With Michael Dell once again at the controls of the company founded in 1984, analysts are trying to cipher out if the company’s long-standing direct-to-customer model is still viable or if a change is in order.

While Dell does have a large, mall-based kiosk program where customers can see and order PCs, it has stayed true to its direct-to-customer roots; however, with the effectiveness of this model now in question, the idea of Dell trying something retail-oriented is gaining some traction among certain industry watchers.

The one unanimous thought is whichever path Dell chooses, he is now solely responsible for its success or failure after ousting his right-hand man and company CEO Kevin Rollins on Jan. 31. Rollins resigned his leadership role and from the board with no notice or explanation. With Rollins out of the picture industry watchers believe Dell will have to make some major changes on his own.

The first move was made late last week when Dell started selling two Sony Bravia LCD TVs and said it is looking to add more brands to its merchandise mix. Dell gave no further details at press time.

“Kicking [Rollins] under the bus was not the right thing to do,” Steve Baker, industry analysis VP for The NPD Group said, “plus Dell had been hands on as chairman, so if the problems could have been fixed, he should have done so already.”

The primary problems confronting Dell, both the man and the company, include very heated competition from a resurgent Hewlett-Packard, which has grabbed the lead in worldwide PC shipments from Dell and made inroads in U.S. share since Mark Hurd took over as CEO, according to data from IDC and Gartner. Other issues involve continuing difficulty connecting with the consumer market, a possible de-listing by NASDAQ, and recent allegations spun off from an anti-trust lawsuit by chip-maker AMD that claim Dell received, then hid, payments from stockholders from Intel to only use that company’s processors.

“Things have not gone well for Dell in the last two years. [Fourth-quarter 2006] PC shipments were down 8 percent on a worldwide basis compared to a year ago, and it has been pushed into second place by HP in the leader table.

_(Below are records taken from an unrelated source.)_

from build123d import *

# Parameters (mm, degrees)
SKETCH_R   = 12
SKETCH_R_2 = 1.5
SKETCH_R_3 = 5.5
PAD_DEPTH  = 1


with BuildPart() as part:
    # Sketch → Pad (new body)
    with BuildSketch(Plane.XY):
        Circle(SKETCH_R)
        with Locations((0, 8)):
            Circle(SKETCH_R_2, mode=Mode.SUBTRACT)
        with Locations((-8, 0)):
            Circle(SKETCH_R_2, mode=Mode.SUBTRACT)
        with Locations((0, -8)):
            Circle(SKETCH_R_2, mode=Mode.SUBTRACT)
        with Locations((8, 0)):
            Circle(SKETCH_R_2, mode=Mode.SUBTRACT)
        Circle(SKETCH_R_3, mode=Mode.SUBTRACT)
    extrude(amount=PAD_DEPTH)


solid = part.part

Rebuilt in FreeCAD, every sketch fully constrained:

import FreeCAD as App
import Part
import Sketcher

doc = App.newDocument("Part")
body = doc.addObject("PartDesign::Body", "Body")

sketch1 = body.newObject("Sketcher::SketchObject", "Sketch")
sketch1.AttachmentSupport = (doc.getObject("XY_Plane"), [""])
sketch1.MapMode = "FlatFace"
sketch1.addGeometry(Part.Circle(App.Vector(0, 0, 0), App.Vector(0, 0, 1), 12), False)
sketch1.addGeometry(Part.Circle(App.Vector(0, -8, 0), App.Vector(0, 0, 1), 1.5), False)
sketch1.addGeometry(Part.Circle(App.Vector(-8, 0, 0), App.Vector(0, 0, 1), 1.5), False)
sketch1.addGeometry(Part.Circle(App.Vector(0, 0, 0), App.Vector(0, 0, 1), 5.5), False)
sketch1.addGeometry(Part.Circle(App.Vector(8, 0, 0), App.Vector(0, 0, 1), 1.5), False)
sketch1.addGeometry(Part.Circle(App.Vector(0, 8, 0), App.Vector(0, 0, 1), 1.5), False)
sketch1.addConstraint(Sketcher.Constraint("Coincident", 0, 3, -1, 1))
sketch1.addConstraint(Sketcher.Constraint("Coincident", 3, 3, -1, 1))
sketch1.addConstraint(Sketcher.Constraint("Equal", 1, 2))
sketch1.addConstraint(Sketcher.Constraint("Equal", 2, 4))
sketch1.addConstraint(Sketcher.Constraint("Equal", 4, 5))
sketch1.addConstraint(Sketcher.Constraint("Symmetric", 2, 3, 4, 3, -1, 1))
sketch1.addConstraint(Sketcher.Constraint("Symmetric", 1, 3, 5, 3, -1, 1))
sketch1.addConstraint(Sketcher.Constraint("PointOnObject", 1, 3, -2))
sketch1.addConstraint(Sketcher.Constraint("PointOnObject", 2, 3, -1))
sketch1.addConstraint(Sketcher.Constraint("Diameter", 0, 24.0))
sketch1.addConstraint(Sketcher.Constraint("Diameter", 1, 3.0))
sketch1.addConstraint(Sketcher.Constraint("Diameter", 3, 11.0))
sketch1.addConstraint(Sketcher.Constraint("DistanceY", 1, 3, -1, 1, 8.0))
sketch1.addConstraint(Sketcher.Constraint("DistanceX", 2, 3, -1, 1, 8.0))
pad1 = body.newObject("PartDesign::Pad", "Pad")
pad1.Profile = sketch1
pad1.Length = 1

doc.recompute()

Its stock price is 30 percent down compared to when Kevin Rollins took over in 2004. It is also the subject of an SEC investigation,” said Charles Smulders, Gartner’s managing VP of its client computing group.

Regaining its place atop the market is expected to be Dell’s first chore. Since the company has lagged under its direct model, the quickest fix suggested is for Dell to go retail in some fashion. However, this so greatly contrasts with how Dell is constructed to do business that analysts believe it would be a very difficult, but not impossible to change.

“This would be a challenge. The fabric of Dell is its direct model,” said David Daoud, IDC’s manager of U.S quarterly PC tracker and personal systems.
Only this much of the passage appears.